-- LISTED RECORDS follows --

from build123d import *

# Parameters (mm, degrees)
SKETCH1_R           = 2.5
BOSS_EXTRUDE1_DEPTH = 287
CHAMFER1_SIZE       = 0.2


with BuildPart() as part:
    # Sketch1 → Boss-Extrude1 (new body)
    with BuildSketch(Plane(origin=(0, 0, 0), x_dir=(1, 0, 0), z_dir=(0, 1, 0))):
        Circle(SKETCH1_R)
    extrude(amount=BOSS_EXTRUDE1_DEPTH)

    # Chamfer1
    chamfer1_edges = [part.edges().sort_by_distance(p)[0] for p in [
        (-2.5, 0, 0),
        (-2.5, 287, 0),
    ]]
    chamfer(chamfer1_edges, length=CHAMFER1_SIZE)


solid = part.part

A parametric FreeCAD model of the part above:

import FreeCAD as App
import Part
import Sketcher
from FreeCAD import Vector


def edges_at(feature, points):
    """Names of the edges that pass closest to the given points."""
    edges = feature.Shape.Edges
    near = lambda p: min(range(len(edges)), key=lambda i: edges[i].distToShape(Part.Vertex(*p))[0])
    return sorted({f"Edge{near(p) + 1}" for p in points})

doc = App.newDocument("Part")
body = doc.addObject("PartDesign::Body", "Body")

sketch1 = doc.addObject("Sketcher::SketchObject", "Sketch")
body.addObject(sketch1)
sketch1.AttachmentSupport = (doc.XZ_Plane, [""])
sketch1.MapMode = "FlatFace"
sketch1.addGeometry(Part.Circle(Vector(0, 0, 0), Vector(0, 0, 1), 2.5), False)
sketch1.addConstraint([
    Sketcher.Constraint("Coincident", 0, 3, -1, 1),
    Sketcher.Constraint("Diameter", 0, 5.0),
])
pad1 = doc.addObject("PartDesign::Pad", "Pad")
body.addObject(pad1)
pad1.Profile = sketch1
pad1.Length = 287
pad1.Reversed = True
doc.recompute()

chamfer = doc.addObject("PartDesign::Chamfer", "Chamfer")
body.addObject(chamfer)
chamfer.Base = (pad1, edges_at(pad1, [(-2.5, 0, 0), (-2.5, 287, 0)]))
chamfer.Size = 0.2

doc.recompute()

-- LISTED RECORDS concluded --

WHAT YOU ARE ASKED TO DO » Please return the lines above that run from the line containing "Circle(SKETCH1_R)" to the line containing "A parametric FreeCAD", inclusive, exactly and with no other lines.

RESULT OF THIS EXERCISE »
        Circle(SKETCH1_R)
    extrude(amount=BOSS_EXTRUDE1_DEPTH)

    # Chamfer1
    chamfer1_edges = [part.edges().sort_by_distance(p)[0] for p in [
        (-2.5, 0, 0),
        (-2.5, 287, 0),
    ]]
    chamfer(chamfer1_edges, length=CHAMFER1_SIZE)


solid = part.part

A parametric FreeCAD model of the part above:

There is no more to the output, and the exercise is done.